:: PROBLEM REQUIREMENTS ::
Among the lines of data below, reproduce only those from the one with "e39 v29 v30 LINE" through the one with "A parametric FreeCAD", exactly as they stand, both ends included.

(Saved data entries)
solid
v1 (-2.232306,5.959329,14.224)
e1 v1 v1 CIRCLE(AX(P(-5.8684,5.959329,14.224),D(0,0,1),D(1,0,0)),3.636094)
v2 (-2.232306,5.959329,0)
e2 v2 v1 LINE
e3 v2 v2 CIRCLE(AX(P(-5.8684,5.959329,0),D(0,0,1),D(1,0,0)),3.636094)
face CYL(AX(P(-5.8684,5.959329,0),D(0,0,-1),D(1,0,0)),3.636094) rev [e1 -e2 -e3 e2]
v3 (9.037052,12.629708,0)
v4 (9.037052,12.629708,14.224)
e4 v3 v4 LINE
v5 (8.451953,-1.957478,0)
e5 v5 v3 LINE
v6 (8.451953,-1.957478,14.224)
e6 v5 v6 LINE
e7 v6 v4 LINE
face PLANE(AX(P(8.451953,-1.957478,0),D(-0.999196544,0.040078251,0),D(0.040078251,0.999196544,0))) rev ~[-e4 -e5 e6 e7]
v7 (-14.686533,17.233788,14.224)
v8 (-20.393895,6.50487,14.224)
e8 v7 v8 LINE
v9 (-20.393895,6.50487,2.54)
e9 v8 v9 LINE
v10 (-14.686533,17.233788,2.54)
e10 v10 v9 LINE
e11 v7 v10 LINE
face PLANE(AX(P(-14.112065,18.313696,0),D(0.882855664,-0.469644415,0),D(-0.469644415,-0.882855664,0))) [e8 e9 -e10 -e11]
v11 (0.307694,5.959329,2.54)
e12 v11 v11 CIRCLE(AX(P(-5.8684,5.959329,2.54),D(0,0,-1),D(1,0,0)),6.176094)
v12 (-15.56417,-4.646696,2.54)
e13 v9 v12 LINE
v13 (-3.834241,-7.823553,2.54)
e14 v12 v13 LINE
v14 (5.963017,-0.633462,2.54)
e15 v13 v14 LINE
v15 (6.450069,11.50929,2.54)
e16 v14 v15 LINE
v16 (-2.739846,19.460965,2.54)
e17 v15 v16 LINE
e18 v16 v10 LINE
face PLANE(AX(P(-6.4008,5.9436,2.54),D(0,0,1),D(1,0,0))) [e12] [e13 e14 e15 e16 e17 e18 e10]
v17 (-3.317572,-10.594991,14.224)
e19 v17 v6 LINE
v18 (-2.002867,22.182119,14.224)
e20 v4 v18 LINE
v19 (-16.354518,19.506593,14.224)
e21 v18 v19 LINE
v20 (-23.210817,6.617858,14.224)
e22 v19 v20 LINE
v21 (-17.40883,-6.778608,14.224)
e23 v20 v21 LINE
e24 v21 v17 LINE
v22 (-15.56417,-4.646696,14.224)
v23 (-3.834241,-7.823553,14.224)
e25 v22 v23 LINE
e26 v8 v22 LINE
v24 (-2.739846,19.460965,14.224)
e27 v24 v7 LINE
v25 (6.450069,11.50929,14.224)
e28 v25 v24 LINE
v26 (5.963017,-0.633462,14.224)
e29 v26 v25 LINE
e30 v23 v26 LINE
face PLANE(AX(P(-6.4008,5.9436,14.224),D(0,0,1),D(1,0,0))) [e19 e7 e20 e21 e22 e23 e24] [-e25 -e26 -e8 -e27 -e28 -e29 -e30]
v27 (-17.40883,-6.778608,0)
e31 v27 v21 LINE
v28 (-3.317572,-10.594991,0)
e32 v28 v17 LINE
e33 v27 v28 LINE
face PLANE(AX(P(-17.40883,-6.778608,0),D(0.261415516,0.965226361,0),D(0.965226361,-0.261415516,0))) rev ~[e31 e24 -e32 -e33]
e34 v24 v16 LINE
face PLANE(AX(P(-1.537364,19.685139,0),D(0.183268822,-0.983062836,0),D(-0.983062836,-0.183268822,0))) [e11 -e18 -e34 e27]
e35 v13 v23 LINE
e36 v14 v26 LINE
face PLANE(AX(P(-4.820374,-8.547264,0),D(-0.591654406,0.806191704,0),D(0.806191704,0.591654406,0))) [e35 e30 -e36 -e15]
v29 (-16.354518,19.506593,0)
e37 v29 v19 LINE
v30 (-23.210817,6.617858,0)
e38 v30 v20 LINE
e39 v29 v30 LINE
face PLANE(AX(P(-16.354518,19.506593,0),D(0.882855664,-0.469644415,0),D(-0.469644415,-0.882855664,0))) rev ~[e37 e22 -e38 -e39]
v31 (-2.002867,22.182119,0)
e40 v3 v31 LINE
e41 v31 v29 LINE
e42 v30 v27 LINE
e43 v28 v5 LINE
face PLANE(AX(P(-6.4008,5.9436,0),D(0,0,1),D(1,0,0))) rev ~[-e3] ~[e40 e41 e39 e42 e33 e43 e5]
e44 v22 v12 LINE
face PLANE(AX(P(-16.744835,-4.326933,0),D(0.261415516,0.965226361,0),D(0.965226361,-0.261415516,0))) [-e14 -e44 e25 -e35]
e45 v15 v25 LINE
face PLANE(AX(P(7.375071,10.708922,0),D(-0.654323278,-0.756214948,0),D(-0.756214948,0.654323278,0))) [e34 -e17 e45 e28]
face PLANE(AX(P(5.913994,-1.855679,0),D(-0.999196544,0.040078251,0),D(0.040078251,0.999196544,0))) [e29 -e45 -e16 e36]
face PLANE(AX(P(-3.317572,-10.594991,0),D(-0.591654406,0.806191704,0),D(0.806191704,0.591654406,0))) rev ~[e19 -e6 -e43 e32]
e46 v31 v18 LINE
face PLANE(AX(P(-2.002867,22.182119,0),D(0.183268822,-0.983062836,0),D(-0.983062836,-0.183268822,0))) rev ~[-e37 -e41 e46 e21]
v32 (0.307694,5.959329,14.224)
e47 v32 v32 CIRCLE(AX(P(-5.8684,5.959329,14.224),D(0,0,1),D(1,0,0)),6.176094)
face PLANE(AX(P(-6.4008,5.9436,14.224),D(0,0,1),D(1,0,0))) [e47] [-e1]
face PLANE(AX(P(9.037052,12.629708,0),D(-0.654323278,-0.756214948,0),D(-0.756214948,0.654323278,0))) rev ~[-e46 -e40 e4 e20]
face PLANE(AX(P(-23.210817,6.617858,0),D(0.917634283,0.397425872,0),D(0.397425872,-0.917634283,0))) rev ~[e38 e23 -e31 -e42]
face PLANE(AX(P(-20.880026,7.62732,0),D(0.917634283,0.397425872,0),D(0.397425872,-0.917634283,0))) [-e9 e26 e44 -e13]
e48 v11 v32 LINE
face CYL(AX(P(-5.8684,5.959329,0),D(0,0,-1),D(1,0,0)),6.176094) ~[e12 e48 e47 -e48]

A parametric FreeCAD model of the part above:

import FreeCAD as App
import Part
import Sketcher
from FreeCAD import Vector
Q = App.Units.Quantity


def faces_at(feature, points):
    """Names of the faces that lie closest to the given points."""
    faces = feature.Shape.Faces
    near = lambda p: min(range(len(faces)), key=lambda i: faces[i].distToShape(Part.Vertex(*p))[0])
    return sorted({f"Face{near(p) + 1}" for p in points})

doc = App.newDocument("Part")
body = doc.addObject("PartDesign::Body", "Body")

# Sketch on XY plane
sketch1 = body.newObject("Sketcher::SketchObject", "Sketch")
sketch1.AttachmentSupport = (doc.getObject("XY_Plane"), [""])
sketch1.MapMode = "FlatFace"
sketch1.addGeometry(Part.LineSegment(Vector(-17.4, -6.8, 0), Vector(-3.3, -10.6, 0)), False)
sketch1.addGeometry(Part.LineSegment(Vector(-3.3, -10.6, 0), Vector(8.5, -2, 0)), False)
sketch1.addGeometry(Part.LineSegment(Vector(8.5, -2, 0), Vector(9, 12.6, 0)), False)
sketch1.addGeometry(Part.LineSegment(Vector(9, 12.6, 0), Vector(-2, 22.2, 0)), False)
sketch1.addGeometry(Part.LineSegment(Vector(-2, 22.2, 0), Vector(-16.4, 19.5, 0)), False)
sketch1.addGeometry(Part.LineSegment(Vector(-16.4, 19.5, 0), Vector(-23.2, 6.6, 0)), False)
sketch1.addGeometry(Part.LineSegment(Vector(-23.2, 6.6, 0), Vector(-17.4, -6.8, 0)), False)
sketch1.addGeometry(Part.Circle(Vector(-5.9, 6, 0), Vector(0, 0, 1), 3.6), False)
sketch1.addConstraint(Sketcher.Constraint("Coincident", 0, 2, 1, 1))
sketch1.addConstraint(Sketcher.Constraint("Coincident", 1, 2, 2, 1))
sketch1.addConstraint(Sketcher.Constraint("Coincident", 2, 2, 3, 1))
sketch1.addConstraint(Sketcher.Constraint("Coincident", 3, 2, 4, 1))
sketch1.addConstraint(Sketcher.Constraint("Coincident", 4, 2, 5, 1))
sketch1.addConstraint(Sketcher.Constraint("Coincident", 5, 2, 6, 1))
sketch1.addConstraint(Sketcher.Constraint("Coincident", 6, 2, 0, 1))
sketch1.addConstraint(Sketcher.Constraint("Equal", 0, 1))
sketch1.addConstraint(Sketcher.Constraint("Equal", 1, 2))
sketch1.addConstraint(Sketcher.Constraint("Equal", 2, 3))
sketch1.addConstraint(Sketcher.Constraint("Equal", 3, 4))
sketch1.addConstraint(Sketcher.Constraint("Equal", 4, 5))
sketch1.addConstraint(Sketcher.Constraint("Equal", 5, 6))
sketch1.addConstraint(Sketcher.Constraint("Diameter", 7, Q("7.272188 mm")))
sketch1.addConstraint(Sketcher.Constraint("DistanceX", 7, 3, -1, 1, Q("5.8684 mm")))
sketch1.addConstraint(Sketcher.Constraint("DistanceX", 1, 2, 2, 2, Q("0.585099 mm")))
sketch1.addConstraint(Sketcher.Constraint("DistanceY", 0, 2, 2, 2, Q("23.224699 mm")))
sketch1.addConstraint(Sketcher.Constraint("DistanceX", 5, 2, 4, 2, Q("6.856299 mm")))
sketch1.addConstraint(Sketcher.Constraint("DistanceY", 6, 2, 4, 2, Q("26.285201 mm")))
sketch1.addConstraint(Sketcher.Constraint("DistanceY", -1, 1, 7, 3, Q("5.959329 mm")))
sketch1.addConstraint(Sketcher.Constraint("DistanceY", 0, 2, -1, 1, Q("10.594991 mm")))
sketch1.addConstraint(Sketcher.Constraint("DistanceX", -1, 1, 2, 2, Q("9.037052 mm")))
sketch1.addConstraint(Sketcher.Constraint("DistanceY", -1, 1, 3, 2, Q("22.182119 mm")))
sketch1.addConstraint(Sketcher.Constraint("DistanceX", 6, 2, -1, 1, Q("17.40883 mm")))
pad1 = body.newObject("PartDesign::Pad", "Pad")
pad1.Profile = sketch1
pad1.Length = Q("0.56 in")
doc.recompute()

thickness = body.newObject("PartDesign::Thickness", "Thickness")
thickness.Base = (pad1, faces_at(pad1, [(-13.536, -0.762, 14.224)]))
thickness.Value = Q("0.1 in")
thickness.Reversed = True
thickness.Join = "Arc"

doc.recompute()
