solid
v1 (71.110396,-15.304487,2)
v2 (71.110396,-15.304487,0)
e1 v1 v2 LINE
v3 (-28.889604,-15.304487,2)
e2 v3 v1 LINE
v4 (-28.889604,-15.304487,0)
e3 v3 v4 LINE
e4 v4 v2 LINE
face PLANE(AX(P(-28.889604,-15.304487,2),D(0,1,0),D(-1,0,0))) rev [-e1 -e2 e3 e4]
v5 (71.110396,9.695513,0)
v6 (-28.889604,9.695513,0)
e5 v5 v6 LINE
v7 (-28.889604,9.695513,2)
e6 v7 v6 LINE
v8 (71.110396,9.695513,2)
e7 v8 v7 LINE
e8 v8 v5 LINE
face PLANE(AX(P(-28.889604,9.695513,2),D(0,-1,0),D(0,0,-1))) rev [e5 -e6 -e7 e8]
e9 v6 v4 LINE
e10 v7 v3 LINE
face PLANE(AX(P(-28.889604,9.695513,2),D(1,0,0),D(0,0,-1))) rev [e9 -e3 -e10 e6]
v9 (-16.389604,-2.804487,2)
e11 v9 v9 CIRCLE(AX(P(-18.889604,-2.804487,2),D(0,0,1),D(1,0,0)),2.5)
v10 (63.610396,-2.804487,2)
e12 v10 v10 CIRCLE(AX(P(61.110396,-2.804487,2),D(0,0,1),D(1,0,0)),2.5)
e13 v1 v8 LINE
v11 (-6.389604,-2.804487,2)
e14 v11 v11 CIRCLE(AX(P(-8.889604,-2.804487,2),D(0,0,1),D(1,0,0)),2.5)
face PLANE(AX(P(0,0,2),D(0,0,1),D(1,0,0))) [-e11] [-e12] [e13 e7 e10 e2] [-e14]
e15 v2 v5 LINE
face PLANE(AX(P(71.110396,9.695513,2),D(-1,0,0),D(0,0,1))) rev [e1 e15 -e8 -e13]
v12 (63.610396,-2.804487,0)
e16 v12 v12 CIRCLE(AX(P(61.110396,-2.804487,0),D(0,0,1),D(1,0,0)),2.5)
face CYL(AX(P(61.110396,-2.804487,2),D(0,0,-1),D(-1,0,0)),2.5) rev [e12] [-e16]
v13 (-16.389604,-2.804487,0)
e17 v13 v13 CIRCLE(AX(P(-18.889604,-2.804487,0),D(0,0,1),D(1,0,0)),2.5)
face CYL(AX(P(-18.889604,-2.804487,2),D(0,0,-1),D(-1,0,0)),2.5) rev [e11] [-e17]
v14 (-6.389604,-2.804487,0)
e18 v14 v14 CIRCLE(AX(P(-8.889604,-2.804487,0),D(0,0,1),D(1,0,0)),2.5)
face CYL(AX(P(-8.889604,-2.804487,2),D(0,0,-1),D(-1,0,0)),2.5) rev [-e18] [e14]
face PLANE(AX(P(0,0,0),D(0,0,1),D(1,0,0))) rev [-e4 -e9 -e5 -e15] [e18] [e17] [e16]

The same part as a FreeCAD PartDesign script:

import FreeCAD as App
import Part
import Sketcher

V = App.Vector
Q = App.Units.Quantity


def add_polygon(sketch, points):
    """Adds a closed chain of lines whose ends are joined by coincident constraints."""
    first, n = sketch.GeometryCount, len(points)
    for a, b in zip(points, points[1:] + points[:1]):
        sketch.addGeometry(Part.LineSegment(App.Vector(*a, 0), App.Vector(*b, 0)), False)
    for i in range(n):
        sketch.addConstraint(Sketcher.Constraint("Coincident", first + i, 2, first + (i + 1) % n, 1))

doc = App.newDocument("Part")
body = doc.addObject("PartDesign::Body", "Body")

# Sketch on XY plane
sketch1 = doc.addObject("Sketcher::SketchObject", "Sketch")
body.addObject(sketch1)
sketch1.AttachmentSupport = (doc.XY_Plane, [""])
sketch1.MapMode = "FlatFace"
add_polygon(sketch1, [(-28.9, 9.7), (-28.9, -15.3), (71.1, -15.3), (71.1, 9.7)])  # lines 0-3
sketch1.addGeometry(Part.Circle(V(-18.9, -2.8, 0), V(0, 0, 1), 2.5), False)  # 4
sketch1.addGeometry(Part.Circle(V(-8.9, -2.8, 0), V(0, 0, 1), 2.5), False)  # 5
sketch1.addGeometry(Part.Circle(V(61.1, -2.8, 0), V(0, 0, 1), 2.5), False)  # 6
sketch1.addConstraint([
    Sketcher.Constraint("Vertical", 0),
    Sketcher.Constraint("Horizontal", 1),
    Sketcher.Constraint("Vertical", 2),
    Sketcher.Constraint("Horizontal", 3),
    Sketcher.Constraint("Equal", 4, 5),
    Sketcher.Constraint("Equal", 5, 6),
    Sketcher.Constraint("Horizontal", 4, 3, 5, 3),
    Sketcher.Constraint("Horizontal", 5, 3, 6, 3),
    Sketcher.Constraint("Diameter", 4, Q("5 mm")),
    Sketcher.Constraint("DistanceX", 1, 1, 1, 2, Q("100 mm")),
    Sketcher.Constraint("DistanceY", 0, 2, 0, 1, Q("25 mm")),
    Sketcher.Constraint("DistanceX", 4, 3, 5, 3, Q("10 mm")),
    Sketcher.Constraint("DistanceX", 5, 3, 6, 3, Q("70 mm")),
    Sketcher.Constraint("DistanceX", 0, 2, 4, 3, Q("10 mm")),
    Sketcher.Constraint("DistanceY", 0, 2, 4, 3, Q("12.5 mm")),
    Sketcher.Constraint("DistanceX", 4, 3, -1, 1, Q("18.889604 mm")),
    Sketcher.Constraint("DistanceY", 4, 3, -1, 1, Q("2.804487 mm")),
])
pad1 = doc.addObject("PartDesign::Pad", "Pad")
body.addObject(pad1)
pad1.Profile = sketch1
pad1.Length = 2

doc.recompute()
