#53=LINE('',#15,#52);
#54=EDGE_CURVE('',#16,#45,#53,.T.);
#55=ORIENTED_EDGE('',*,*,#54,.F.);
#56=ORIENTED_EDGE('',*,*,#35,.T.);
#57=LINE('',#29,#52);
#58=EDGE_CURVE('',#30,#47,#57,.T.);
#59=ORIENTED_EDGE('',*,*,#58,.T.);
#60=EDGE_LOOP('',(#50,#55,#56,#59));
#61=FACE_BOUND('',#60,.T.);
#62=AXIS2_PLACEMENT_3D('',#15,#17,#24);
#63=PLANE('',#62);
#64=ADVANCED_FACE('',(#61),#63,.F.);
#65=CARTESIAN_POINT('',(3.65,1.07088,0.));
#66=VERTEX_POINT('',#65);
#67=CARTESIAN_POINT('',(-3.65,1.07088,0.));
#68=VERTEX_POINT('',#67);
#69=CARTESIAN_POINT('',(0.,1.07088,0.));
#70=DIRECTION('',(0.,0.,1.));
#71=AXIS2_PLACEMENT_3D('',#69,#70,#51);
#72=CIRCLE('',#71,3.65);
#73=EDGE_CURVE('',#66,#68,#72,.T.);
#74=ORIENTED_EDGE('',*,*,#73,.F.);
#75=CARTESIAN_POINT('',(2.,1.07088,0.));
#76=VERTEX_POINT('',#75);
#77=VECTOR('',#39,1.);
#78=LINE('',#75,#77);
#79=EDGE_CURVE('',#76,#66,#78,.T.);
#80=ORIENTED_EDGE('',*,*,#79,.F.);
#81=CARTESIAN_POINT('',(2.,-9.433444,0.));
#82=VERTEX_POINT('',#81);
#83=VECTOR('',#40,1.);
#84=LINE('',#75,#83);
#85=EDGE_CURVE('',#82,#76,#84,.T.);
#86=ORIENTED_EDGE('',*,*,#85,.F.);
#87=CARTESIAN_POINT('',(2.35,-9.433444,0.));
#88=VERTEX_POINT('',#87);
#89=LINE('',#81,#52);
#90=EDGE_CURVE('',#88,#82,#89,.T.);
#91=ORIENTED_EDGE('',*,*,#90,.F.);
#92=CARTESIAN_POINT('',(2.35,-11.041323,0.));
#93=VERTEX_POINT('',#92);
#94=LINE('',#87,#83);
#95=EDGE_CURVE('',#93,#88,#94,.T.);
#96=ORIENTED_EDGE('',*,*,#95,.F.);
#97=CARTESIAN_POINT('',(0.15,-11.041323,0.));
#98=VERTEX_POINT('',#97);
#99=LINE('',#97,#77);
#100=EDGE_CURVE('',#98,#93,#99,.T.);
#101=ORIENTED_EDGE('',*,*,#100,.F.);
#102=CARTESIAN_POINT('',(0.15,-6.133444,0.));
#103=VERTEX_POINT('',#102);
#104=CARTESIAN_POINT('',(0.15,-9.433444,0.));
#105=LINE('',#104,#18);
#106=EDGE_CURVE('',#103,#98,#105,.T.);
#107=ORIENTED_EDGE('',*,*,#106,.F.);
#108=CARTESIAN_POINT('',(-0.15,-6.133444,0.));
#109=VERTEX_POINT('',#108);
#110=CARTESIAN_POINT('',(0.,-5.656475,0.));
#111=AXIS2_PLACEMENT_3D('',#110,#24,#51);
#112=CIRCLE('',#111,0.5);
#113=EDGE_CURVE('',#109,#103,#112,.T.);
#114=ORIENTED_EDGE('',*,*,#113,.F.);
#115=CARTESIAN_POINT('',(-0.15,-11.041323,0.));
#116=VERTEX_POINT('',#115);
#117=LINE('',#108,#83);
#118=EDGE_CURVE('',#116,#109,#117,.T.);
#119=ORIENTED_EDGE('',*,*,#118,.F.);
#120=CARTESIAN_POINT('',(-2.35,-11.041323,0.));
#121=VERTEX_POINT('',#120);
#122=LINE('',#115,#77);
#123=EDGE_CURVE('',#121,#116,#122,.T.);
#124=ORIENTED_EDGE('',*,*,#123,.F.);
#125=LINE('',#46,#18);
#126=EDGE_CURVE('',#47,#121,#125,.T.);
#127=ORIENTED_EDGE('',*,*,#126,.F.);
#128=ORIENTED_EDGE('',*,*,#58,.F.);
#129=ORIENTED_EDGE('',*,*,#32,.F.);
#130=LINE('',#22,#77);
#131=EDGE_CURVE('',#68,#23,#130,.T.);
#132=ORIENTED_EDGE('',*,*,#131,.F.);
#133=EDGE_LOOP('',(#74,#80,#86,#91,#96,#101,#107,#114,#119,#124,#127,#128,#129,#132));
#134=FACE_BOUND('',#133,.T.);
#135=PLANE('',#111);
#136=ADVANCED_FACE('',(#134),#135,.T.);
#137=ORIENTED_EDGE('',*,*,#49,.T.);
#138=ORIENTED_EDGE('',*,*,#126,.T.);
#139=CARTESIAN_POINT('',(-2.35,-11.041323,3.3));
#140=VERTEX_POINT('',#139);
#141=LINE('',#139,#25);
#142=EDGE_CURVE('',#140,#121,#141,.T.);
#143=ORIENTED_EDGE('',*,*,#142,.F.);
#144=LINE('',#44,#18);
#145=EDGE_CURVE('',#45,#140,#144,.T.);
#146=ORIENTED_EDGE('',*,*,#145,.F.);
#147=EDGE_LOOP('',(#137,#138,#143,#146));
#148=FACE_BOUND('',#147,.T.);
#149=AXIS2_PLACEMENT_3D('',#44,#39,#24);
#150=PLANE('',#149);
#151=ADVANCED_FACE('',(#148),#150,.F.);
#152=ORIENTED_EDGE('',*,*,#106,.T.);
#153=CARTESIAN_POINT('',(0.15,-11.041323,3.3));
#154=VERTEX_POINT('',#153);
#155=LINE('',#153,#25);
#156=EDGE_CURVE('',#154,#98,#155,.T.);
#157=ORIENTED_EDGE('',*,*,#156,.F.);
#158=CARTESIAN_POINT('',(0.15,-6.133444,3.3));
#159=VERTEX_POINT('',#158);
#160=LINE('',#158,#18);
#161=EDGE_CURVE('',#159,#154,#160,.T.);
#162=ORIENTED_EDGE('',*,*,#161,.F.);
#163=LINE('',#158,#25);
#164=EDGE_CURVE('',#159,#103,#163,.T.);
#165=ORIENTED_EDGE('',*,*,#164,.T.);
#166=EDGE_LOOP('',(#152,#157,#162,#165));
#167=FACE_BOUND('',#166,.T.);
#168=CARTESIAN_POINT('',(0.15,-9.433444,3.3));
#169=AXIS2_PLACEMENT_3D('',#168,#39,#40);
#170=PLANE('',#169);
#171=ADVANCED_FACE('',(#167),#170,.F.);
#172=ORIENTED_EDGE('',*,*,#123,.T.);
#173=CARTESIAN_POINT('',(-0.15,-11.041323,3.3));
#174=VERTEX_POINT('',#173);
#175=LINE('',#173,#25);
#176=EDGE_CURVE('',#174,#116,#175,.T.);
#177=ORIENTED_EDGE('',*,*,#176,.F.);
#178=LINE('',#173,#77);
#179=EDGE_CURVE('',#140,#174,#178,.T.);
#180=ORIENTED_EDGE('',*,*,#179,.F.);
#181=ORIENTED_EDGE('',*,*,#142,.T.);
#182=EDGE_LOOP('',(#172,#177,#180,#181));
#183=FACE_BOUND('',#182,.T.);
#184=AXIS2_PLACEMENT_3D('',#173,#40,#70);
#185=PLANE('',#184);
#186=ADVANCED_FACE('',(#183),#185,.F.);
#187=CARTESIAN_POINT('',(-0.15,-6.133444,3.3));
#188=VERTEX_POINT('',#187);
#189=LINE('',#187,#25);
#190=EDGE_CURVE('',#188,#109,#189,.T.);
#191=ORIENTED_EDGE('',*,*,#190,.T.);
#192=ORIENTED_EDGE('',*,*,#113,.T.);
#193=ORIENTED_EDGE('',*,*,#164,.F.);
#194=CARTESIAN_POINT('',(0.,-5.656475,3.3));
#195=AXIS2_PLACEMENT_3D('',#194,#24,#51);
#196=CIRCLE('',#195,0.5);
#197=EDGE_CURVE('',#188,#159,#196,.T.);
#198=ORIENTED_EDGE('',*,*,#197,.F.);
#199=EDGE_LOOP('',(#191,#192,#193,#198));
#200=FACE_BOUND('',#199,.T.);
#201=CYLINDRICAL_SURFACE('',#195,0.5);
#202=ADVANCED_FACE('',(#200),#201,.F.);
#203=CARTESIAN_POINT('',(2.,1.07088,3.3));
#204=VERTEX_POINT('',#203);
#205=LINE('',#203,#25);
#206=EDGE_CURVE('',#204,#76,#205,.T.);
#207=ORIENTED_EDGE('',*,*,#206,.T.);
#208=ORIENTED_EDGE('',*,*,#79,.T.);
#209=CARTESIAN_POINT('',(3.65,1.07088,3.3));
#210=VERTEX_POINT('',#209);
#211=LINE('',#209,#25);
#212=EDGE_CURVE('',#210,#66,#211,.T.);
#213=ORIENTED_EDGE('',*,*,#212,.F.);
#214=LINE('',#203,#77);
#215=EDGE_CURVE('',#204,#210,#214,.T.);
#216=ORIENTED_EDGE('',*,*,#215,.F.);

:: REPLY ::
e39 v29 v30 LINE
face PLANE(AX(P(-16.354518,19.506593,0),D(0.882855664,-0.469644415,0),D(-0.469644415,-0.882855664,0))) rev ~[e37 e22 -e38 -e39]
v31 (-2.002867,22.182119,0)
e40 v3 v31 LINE
e41 v31 v29 LINE
e42 v30 v27 LINE
e43 v28 v5 LINE
face PLANE(AX(P(-6.4008,5.9436,0),D(0,0,1),D(1,0,0))) rev ~[-e3] ~[e40 e41 e39 e42 e33 e43 e5]
e44 v22 v12 LINE
face PLANE(AX(P(-16.744835,-4.326933,0),D(0.261415516,0.965226361,0),D(0.965226361,-0.261415516,0))) [-e14 -e44 e25 -e35]
e45 v15 v25 LINE
face PLANE(AX(P(7.375071,10.708922,0),D(-0.654323278,-0.756214948,0),D(-0.756214948,0.654323278,0))) [e34 -e17 e45 e28]
face PLANE(AX(P(5.913994,-1.855679,0),D(-0.999196544,0.040078251,0),D(0.040078251,0.999196544,0))) [e29 -e45 -e16 e36]
face PLANE(AX(P(-3.317572,-10.594991,0),D(-0.591654406,0.806191704,0),D(0.806191704,0.591654406,0))) rev ~[e19 -e6 -e43 e32]
e46 v31 v18 LINE
face PLANE(AX(P(-2.002867,22.182119,0),D(0.183268822,-0.983062836,0),D(-0.983062836,-0.183268822,0))) rev ~[-e37 -e41 e46 e21]
v32 (0.307694,5.959329,14.224)
e47 v32 v32 CIRCLE(AX(P(-5.8684,5.959329,14.224),D(0,0,1),D(1,0,0)),6.176094)
face PLANE(AX(P(-6.4008,5.9436,14.224),D(0,0,1),D(1,0,0))) [e47] [-e1]
face PLANE(AX(P(9.037052,12.629708,0),D(-0.654323278,-0.756214948,0),D(-0.756214948,0.654323278,0))) rev ~[-e46 -e40 e4 e20]
face PLANE(AX(P(-23.210817,6.617858,0),D(0.917634283,0.397425872,0),D(0.397425872,-0.917634283,0))) rev ~[e38 e23 -e31 -e42]
face PLANE(AX(P(-20.880026,7.62732,0),D(0.917634283,0.397425872,0),D(0.397425872,-0.917634283,0))) [-e9 e26 e44 -e13]
e48 v11 v32 LINE
face CYL(AX(P(-5.8684,5.959329,0),D(0,0,-1),D(1,0,0)),6.176094) ~[e12 e48 e47 -e48]

A parametric FreeCAD model of the part above:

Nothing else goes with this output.